5. Map QTLs for groups of phenotypes
When your phenotypes in the BED file are grouped (see section Preparing input files), you can perform a permutation pass at the phenotype group level in order to discover group-level QTLs. To illustrate this, please download a phenotype matrix that contains groups (i.e. genes) of phenotypes (i.e. exons): BED / index. Then, you can run a permutation for all genes in the genomic region [chr22:17000000-18000000] using:
QTLtools cis --vcf genotypes.chr22.vcf.gz --bed exons.50percent.chr22.bed.gz --cov genes.covariates.pc50.txt.gz --permute 1000 --region chr22:17000000-18000000 --grp-best --out permutations.group.txt
This will produce the following output file permutations.group.txt:
ENSG00000237438.2 chr22 17517460 17517460 + ENSG00000237438.2_17537963_17540893 6 5803 25350 rs2845402 chr22 17542810 17542810 356 299.541 1.08226 2456.19 5.99043e-30 -1.01149 0.000999001 7.76962e-24
ENSG00000273203.1 chr22 17548711 17548711 + ENSG00000273203.1_17548711_17551565 1 5889 -31323 rs3016112 chr22 17517388 17517388 356 305.346 1.05214 604.311 5.86611e-06 -0.140609 0.00999001 0.0128458
ENSG00000273442.1 chr22 17561591 17561591 + ENSG00000273442.1_17561591_17562346 1 5911 -8065 rs73149812 chr22 17553526 17553526 356 308.754 1.08518 661.618 0.000244522 0.134045 0.318681 0.304744
ENSG00000177663.9 chr22 17565844 17565844 + ENSG00000177663.9_17588617_17588658 13 5919 23365 rs879577 chr22 17589209 17589209 356 318.783 1.04364 9233.61 1.09512e-14 -0.564073 0.000999001 1.00321e-09
ENSG00000183307.3 chr22 17602257 17602257 - ENSG00000183307.3_17597189_17602257 1 5967 14282 rs6518661 chr22 17587975 17587975 356 335.297 0.983505 921.283 1.56789e-07 -0.00776053 0.000999001 0.00038022
ENSG00000069998.8 chr22 17646177 17646177 - ENSG00000069998.8_17630432_17630635 7 6044 15691 rs1034859 chr22 17630486 17630486 356 300.653 1.15824 3557.61 4.59119e-26 -3.0851 0.000999001 1.38277e-21
ENSG00000093072.11 chr22 17702879 17702879 - ENSG00000093072.11_17669229_17669617 10 6048 33573 rs2231495 chr22 17669306 17669306 356 293.005 0.951732 2908.66 6.71901e-10 -0.503216 0.001998 0.000102004
ENSG00000099954.14 chr22 17840837 17840837 + ENSG00000099954.14_18032535_18037850 1 6200 -664900 rs138493943 chr22 17175937 17175937 356 216.381 0.972885 228.553 0.000188795 0.00948545 0.565435 0.576148
This file is similar to the one given by a standard permutation pass, but it contains the following differences:
- 1. The phenotype group ID (here a gene ID)
- 2. The chromosome ID of the phenotype group
- 3. The start position of the phenotype group
- 4. The end position of the phenotype group
- 5. The strand orientation of the phenotype group
- 6. The top phenotype in the group (here an exon ID)
- 7. The total number of phenotypes in the group (i.e. #exons)

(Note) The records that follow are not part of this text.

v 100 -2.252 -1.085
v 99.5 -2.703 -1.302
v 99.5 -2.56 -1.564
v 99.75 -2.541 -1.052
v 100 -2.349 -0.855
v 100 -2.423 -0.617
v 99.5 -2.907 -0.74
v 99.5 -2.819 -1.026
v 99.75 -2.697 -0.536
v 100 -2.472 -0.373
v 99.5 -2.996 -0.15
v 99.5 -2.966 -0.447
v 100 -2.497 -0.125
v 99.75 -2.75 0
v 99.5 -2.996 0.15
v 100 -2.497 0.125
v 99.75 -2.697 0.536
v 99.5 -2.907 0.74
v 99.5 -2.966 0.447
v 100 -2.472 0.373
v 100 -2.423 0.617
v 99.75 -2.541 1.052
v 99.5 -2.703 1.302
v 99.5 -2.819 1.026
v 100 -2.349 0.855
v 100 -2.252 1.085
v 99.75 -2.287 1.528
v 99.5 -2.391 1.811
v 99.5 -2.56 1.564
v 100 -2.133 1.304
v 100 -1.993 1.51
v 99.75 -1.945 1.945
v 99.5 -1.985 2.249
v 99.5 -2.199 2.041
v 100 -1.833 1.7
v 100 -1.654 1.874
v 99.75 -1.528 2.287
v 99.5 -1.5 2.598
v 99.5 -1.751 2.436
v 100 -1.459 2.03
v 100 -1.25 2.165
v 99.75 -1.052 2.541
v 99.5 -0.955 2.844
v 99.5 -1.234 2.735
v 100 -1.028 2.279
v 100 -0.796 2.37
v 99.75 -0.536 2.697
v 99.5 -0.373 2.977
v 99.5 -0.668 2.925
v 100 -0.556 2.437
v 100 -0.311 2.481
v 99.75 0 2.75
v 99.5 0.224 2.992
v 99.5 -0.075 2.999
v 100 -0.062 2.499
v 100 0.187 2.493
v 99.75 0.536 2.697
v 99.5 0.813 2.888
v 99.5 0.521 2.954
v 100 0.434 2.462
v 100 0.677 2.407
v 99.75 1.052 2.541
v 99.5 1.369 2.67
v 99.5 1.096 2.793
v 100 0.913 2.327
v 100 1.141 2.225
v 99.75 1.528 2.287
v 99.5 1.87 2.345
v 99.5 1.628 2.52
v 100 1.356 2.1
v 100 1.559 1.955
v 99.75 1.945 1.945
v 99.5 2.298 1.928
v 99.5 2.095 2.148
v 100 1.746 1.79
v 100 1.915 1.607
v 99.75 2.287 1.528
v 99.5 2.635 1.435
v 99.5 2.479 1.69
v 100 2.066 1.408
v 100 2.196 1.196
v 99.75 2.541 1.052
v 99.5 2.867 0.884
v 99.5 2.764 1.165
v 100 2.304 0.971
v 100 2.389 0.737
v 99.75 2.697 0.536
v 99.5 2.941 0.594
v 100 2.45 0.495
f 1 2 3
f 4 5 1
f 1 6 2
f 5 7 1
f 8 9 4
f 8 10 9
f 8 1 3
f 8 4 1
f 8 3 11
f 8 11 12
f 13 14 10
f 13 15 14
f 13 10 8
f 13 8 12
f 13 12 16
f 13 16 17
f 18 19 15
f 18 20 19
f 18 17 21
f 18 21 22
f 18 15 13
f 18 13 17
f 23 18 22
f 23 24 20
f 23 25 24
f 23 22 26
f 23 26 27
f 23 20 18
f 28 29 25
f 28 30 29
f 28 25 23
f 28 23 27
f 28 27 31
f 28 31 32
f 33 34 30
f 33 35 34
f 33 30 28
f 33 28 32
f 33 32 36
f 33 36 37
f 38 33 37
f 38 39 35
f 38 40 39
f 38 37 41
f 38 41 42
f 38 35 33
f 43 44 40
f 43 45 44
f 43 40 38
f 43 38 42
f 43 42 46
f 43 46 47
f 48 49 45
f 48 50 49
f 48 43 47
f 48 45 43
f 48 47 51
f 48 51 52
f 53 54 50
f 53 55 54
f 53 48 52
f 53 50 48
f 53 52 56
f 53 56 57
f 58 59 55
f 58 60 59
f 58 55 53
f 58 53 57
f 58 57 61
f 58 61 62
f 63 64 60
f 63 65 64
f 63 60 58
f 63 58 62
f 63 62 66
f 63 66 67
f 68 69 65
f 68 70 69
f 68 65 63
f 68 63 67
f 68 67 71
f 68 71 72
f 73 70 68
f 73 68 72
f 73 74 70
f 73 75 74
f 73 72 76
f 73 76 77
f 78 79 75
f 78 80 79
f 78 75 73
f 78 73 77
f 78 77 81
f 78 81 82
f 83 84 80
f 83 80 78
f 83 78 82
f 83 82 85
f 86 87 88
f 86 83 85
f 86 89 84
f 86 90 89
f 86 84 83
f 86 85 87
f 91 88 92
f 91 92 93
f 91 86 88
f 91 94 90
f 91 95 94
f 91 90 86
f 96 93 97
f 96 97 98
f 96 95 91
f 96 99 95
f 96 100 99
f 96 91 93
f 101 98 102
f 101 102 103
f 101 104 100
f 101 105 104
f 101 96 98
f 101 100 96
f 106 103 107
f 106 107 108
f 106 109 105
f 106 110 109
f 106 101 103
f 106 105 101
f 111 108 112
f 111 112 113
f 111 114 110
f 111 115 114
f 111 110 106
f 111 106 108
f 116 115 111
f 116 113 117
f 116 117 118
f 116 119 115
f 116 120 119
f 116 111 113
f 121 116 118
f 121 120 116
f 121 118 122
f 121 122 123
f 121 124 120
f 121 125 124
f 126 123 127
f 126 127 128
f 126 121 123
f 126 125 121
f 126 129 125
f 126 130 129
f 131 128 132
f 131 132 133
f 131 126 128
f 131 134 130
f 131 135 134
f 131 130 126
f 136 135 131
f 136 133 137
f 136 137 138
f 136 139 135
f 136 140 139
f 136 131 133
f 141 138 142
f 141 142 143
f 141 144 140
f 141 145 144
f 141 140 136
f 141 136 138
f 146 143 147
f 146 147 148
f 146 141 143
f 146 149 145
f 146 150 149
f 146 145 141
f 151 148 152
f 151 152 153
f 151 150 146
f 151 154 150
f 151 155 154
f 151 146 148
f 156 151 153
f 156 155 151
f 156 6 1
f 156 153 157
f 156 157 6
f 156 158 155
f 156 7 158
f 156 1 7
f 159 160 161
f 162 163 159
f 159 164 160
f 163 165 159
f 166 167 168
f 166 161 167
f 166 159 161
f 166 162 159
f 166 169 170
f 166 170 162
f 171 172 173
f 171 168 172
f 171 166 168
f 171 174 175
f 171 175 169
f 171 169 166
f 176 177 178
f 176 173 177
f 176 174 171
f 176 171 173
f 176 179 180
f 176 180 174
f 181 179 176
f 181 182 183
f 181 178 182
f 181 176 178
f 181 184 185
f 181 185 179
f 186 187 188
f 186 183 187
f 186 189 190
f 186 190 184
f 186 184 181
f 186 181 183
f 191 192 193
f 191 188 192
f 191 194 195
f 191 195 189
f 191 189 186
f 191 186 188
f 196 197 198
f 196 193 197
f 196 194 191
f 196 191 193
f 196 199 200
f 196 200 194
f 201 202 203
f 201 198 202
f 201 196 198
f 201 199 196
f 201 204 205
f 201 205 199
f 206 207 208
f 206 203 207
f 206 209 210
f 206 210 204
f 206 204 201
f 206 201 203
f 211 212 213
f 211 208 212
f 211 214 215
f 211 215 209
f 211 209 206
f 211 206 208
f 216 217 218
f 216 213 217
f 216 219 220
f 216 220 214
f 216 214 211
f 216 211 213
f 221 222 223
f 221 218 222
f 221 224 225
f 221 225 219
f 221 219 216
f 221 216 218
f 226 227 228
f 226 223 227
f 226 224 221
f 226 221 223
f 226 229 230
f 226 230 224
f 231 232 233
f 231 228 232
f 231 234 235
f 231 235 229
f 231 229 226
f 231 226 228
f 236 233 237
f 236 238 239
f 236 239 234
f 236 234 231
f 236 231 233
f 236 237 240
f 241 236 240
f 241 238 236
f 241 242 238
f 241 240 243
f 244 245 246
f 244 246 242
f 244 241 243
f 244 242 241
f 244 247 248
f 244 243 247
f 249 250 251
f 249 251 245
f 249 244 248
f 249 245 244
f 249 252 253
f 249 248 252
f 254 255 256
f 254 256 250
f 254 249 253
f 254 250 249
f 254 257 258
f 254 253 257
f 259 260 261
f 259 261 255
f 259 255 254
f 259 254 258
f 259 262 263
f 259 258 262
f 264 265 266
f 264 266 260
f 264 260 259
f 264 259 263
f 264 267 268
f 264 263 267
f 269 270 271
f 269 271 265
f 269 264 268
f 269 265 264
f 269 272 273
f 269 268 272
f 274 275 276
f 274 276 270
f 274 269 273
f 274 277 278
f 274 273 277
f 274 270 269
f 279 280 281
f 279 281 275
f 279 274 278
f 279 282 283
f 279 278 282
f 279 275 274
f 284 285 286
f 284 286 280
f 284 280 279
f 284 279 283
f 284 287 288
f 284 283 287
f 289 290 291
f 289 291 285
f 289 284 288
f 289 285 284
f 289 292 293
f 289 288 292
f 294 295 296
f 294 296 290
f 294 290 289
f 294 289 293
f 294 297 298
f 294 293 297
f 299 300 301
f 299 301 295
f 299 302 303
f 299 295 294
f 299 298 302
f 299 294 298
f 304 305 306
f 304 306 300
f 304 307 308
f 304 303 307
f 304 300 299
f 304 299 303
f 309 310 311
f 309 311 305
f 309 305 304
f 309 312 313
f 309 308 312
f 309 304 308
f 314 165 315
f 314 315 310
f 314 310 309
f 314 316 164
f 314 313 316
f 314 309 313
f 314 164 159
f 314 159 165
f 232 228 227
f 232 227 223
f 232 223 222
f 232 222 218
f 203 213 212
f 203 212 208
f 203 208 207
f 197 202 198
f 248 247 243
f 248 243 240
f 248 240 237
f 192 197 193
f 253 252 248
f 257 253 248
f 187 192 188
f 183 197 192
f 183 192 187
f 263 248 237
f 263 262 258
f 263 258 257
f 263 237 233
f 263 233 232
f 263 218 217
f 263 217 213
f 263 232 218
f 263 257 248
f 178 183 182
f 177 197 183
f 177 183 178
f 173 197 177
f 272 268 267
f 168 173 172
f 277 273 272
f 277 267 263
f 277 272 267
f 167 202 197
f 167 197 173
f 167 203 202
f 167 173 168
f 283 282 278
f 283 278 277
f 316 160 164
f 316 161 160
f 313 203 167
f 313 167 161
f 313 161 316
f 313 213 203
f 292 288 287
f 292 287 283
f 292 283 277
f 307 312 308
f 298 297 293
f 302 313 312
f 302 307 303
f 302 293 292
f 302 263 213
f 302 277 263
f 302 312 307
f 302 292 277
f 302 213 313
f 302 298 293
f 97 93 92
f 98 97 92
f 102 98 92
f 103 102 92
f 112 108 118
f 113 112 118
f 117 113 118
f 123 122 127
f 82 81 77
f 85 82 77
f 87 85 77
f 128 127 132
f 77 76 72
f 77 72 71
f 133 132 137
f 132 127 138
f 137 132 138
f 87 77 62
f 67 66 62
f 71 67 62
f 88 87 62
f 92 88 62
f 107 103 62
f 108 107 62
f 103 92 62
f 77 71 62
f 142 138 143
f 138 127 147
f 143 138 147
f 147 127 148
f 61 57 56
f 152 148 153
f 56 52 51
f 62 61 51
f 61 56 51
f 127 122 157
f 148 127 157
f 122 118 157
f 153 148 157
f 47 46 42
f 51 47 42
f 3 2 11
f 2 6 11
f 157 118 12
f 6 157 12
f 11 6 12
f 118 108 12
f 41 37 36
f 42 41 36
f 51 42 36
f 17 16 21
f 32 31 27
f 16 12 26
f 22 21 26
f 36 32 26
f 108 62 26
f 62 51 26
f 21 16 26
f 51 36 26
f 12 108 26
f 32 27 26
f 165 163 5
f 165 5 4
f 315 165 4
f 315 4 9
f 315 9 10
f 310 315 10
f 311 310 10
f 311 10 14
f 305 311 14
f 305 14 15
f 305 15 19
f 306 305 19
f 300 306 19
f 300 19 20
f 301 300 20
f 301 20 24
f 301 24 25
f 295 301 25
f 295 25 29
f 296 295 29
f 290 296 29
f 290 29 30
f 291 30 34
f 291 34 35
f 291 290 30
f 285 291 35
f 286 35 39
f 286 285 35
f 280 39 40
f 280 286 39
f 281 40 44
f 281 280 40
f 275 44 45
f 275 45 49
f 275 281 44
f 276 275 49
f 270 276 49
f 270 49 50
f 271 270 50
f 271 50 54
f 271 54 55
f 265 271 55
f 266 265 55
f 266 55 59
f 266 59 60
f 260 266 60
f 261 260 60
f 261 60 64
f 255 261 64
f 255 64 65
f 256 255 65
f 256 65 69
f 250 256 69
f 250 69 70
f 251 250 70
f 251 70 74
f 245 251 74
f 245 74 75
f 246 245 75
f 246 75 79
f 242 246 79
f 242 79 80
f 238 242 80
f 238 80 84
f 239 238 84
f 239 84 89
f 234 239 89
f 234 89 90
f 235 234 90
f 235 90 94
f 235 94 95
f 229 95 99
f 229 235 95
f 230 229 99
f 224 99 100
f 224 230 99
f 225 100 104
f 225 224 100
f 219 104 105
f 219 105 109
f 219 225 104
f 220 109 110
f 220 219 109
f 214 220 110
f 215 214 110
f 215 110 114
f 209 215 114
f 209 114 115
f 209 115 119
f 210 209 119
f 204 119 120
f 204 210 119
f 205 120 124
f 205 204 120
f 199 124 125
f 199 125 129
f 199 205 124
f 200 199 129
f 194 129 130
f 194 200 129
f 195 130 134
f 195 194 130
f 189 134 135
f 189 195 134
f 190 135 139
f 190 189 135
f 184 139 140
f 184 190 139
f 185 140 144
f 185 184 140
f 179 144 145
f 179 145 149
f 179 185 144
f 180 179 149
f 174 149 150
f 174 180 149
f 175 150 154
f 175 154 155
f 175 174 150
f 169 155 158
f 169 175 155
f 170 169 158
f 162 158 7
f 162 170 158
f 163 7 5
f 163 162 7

- 8. The total number of variants tested in cis
- 9. The distance between the phenotype group and the tested variant (accounting for strand orientation)
- 10. The ID of the top variant
- 11. The chromosome ID of the top variant
- 12. The start position of the top variant
- 13. The end position of the top variant
- 14. The number of degrees of freedom used to compute the P-values
- 15. Dummy
- 16. The first parameter value of the fitted beta distribution
- 17. The second parameter value of the fitted beta distribution (it also gives the effective number of independent tests in the region)
- 18. The nominal P-value of association between the top phenotype and the top variant in cis
- 19. The corresponding regression slope
- 20. The P-value of association adjusted for the number of variants and phenotypes tested in cis given by the direct method (i.e. empirircal P-value)
- 21. The P-value of association adjusted for the number of variants and phenotypes tested in cis given by the fitted beta distribution. We strongly recommend to use this adjusted P-value in any downstream analysis
We also implemented an alternative approach to collapse all phenotypes per group using the first principal component of a PCA. To use it, run:
QTLtools cis --vcf genotypes.chr22.vcf.gz --bed exons.50percent.chr22.bed.gz --cov genes.covariates.pc50.txt.gz --permute 1000 --region chr22:17000000-18000000 --grp-pca1 --out permutations.group.txt
The output is the same excepted that the 6th column does not contain the top phenotype but instead the variance explained by PC1.